[[ EXCERPTED RECORDS open ]]
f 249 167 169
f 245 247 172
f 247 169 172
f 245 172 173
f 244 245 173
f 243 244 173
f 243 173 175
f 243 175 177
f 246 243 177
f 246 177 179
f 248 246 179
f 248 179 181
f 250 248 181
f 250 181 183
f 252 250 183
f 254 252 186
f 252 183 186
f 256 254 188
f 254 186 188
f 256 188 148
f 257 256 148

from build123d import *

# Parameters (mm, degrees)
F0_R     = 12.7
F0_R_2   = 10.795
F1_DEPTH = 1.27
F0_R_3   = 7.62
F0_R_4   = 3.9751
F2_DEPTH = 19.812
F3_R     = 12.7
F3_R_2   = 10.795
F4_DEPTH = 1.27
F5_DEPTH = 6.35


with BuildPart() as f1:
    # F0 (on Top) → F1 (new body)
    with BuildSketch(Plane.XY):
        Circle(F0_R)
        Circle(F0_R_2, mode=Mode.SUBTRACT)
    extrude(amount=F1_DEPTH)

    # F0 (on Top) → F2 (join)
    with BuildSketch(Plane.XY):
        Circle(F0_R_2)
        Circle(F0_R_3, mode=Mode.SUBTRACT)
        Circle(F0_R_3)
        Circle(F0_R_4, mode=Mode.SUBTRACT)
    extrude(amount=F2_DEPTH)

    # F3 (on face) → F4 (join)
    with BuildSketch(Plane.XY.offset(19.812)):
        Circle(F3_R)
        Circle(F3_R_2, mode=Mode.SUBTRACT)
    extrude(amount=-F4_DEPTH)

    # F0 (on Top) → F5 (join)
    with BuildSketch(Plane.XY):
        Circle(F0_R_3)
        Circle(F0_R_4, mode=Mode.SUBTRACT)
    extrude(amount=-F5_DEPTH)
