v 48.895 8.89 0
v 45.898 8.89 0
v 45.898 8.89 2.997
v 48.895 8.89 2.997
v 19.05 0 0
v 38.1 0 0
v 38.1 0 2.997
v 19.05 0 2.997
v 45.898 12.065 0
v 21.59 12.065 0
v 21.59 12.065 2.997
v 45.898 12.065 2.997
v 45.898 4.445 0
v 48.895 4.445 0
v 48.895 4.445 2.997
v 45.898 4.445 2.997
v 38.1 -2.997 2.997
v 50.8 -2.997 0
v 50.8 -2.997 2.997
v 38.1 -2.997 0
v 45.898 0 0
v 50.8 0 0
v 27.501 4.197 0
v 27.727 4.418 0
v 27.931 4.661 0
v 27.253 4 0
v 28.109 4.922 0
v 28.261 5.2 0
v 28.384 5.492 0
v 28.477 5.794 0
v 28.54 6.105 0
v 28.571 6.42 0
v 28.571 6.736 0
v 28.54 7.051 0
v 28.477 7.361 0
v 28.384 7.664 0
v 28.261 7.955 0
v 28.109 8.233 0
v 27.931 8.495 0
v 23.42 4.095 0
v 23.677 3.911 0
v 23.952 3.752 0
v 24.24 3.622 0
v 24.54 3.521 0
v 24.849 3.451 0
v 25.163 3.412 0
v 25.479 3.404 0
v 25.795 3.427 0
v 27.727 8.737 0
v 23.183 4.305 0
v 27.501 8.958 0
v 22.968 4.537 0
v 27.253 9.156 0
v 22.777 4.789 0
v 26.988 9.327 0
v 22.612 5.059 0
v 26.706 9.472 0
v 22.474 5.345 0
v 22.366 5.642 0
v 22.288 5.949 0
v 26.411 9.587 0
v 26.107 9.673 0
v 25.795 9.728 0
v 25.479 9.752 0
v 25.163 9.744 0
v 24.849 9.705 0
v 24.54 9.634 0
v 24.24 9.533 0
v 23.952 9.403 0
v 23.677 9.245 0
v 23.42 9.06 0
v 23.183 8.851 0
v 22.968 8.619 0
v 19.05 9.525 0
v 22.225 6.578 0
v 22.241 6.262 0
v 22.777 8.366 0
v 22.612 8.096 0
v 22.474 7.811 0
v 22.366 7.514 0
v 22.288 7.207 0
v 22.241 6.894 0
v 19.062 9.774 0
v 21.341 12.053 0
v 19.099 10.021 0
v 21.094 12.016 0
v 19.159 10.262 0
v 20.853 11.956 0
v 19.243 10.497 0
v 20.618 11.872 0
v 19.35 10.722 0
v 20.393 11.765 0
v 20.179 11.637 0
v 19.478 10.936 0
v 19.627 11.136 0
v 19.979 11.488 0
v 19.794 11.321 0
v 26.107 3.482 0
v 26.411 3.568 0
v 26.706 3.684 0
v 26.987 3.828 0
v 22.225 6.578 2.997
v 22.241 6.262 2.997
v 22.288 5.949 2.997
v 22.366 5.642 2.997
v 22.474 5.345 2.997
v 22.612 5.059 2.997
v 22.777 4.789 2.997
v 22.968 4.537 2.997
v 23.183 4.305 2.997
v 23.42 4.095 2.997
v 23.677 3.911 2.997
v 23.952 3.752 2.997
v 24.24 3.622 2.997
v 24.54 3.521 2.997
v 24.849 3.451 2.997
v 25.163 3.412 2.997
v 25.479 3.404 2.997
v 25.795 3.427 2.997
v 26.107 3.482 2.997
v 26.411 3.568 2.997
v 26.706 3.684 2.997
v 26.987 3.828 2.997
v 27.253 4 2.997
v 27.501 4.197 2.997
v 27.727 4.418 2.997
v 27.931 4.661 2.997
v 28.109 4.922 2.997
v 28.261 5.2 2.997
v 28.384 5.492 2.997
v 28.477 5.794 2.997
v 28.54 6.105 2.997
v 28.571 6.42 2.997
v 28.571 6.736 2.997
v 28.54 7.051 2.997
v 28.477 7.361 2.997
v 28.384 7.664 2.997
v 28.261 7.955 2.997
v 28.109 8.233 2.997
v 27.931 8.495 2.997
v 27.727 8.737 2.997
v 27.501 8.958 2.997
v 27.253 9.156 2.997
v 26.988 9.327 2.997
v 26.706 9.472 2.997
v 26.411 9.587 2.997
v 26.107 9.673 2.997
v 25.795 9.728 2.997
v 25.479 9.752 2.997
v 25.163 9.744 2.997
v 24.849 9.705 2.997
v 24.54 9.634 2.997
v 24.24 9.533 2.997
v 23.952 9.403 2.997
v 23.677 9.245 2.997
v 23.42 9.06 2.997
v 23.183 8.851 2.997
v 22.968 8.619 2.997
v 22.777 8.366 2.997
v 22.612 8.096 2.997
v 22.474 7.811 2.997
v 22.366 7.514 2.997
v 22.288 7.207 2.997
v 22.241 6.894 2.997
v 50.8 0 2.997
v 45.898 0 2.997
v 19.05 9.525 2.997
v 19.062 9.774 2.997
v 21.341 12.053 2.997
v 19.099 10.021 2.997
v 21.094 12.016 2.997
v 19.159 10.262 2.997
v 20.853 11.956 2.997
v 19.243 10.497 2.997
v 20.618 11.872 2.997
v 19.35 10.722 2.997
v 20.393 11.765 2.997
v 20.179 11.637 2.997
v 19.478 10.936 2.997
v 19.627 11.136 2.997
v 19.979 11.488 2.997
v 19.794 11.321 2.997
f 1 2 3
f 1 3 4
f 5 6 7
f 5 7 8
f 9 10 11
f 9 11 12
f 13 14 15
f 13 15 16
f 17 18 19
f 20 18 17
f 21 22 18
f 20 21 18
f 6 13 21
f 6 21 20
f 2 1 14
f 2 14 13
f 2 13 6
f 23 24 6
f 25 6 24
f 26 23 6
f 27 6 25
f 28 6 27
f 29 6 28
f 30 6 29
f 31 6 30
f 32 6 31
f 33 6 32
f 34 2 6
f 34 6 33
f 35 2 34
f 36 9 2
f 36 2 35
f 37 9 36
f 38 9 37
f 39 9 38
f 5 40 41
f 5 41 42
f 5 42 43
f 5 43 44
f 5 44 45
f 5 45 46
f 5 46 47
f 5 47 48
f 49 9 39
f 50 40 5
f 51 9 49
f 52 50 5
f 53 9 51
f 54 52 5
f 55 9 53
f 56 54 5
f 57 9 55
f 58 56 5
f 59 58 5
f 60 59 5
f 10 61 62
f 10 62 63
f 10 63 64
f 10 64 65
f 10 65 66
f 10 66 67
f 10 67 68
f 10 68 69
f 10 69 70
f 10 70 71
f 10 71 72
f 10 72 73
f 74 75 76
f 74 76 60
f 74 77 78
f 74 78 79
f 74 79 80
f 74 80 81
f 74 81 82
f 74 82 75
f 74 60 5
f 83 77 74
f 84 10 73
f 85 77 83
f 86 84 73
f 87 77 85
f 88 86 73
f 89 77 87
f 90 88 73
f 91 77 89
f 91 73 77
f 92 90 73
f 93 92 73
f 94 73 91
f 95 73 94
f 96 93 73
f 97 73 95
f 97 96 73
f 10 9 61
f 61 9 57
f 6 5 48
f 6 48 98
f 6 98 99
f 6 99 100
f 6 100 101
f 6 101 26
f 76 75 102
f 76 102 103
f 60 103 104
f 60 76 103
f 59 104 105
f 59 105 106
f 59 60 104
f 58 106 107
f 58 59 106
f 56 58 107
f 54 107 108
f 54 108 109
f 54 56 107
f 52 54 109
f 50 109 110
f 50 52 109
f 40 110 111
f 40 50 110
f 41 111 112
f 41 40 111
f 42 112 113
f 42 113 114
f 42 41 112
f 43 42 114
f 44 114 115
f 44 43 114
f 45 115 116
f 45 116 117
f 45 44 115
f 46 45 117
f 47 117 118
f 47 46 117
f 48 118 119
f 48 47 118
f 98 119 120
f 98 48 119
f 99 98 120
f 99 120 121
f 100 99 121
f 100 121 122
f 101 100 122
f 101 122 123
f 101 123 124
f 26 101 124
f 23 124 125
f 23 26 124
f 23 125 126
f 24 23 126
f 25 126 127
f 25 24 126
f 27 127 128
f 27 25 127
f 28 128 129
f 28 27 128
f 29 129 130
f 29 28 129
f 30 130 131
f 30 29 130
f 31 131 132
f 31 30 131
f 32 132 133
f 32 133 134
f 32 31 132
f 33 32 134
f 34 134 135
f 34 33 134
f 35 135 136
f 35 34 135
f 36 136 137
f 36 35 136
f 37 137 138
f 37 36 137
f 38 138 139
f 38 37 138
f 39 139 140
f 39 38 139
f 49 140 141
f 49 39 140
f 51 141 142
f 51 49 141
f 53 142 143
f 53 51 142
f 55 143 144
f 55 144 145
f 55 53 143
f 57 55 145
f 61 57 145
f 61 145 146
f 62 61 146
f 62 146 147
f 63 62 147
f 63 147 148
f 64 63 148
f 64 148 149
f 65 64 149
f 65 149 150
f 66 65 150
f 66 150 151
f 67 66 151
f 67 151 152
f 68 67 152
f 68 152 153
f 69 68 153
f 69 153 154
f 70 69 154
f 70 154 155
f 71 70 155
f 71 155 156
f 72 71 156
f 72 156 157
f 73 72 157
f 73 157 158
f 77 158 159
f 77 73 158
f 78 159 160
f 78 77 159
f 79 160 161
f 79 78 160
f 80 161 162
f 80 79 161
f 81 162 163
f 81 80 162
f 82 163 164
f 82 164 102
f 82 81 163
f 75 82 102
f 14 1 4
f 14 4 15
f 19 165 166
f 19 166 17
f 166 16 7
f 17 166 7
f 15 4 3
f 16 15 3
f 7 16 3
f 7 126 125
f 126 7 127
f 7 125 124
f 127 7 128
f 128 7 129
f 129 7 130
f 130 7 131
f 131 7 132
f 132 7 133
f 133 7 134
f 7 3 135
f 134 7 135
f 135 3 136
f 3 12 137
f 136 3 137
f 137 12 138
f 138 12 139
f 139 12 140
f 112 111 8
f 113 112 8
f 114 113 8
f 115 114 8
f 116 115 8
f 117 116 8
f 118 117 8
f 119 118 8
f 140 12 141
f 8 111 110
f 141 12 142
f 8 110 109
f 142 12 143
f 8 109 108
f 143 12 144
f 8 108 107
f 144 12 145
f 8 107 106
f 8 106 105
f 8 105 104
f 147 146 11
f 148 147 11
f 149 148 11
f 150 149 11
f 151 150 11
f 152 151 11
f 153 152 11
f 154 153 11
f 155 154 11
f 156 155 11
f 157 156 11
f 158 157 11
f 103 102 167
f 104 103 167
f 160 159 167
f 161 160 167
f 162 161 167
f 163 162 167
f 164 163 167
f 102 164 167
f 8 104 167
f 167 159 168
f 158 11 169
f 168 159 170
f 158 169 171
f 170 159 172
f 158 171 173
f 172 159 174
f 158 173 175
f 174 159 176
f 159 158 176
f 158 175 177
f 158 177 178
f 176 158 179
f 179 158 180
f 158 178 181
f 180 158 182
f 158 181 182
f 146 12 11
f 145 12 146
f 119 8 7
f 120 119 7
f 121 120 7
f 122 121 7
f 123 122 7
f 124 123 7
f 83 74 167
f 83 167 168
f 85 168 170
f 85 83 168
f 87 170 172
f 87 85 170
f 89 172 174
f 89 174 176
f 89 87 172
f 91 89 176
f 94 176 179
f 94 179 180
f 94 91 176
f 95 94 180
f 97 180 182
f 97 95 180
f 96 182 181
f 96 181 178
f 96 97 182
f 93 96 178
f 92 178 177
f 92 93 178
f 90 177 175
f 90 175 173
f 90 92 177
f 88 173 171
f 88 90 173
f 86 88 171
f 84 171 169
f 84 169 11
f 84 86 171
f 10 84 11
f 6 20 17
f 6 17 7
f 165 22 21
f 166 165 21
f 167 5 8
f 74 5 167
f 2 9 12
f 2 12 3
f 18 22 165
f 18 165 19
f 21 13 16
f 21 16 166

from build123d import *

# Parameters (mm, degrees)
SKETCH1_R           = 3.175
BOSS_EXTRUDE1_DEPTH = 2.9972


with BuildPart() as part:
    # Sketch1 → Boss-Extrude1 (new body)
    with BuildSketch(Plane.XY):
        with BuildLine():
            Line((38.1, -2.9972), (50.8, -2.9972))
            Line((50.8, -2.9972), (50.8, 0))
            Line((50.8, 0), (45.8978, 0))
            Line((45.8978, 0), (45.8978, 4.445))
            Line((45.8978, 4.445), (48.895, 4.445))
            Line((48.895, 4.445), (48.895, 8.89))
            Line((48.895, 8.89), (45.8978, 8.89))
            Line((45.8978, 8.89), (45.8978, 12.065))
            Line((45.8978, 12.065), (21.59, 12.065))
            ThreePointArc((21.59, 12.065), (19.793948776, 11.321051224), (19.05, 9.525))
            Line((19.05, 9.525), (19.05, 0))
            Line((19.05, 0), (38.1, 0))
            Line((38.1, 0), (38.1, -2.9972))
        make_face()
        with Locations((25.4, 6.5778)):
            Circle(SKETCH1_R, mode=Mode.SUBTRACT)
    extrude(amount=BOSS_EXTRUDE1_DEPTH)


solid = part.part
[[ EXCERPTED RECORDS closed ]]
#### [WORK TO COMPLETE]
Starting with the first line of the listing above and ending with the line that holds "v 38.1 0 2.997", return those lines exactly as written, both included.

#### [YOUR SOLUTION]
f 249 167 169
f 245 247 172
f 247 169 172
f 245 172 173
f 244 245 173
f 243 244 173
f 243 173 175
f 243 175 177
f 246 243 177
f 246 177 179
f 248 246 179
f 248 179 181
f 250 248 181
f 250 181 183
f 252 250 183
f 254 252 186
f 252 183 186
f 256 254 188
f 254 186 188
f 256 188 148
f 257 256 148

from build123d import *

# Parameters (mm, degrees)
F0_R     = 12.7
F0_R_2   = 10.795
F1_DEPTH = 1.27
F0_R_3   = 7.62
F0_R_4   = 3.9751
F2_DEPTH = 19.812
F3_R     = 12.7
F3_R_2   = 10.795
F4_DEPTH = 1.27
F5_DEPTH = 6.35


with BuildPart() as f1:
    # F0 (on Top) → F1 (new body)
    with BuildSketch(Plane.XY):
        Circle(F0_R)
        Circle(F0_R_2, mode=Mode.SUBTRACT)
    extrude(amount=F1_DEPTH)

    # F0 (on Top) → F2 (join)
    with BuildSketch(Plane.XY):
        Circle(F0_R_2)
        Circle(F0_R_3, mode=Mode.SUBTRACT)
        Circle(F0_R_3)
        Circle(F0_R_4, mode=Mode.SUBTRACT)
    extrude(amount=F2_DEPTH)

    # F3 (on face) → F4 (join)
    with BuildSketch(Plane.XY.offset(19.812)):
        Circle(F3_R)
        Circle(F3_R_2, mode=Mode.SUBTRACT)
    extrude(amount=-F4_DEPTH)

    # F0 (on Top) → F5 (join)
    with BuildSketch(Plane.XY):
        Circle(F0_R_3)
        Circle(F0_R_4, mode=Mode.SUBTRACT)
    extrude(amount=-F5_DEPTH)
v 48.895 8.89 0
v 45.898 8.89 0
v 45.898 8.89 2.997
v 48.895 8.89 2.997
v 19.05 0 0
v 38.1 0 0
v 38.1 0 2.997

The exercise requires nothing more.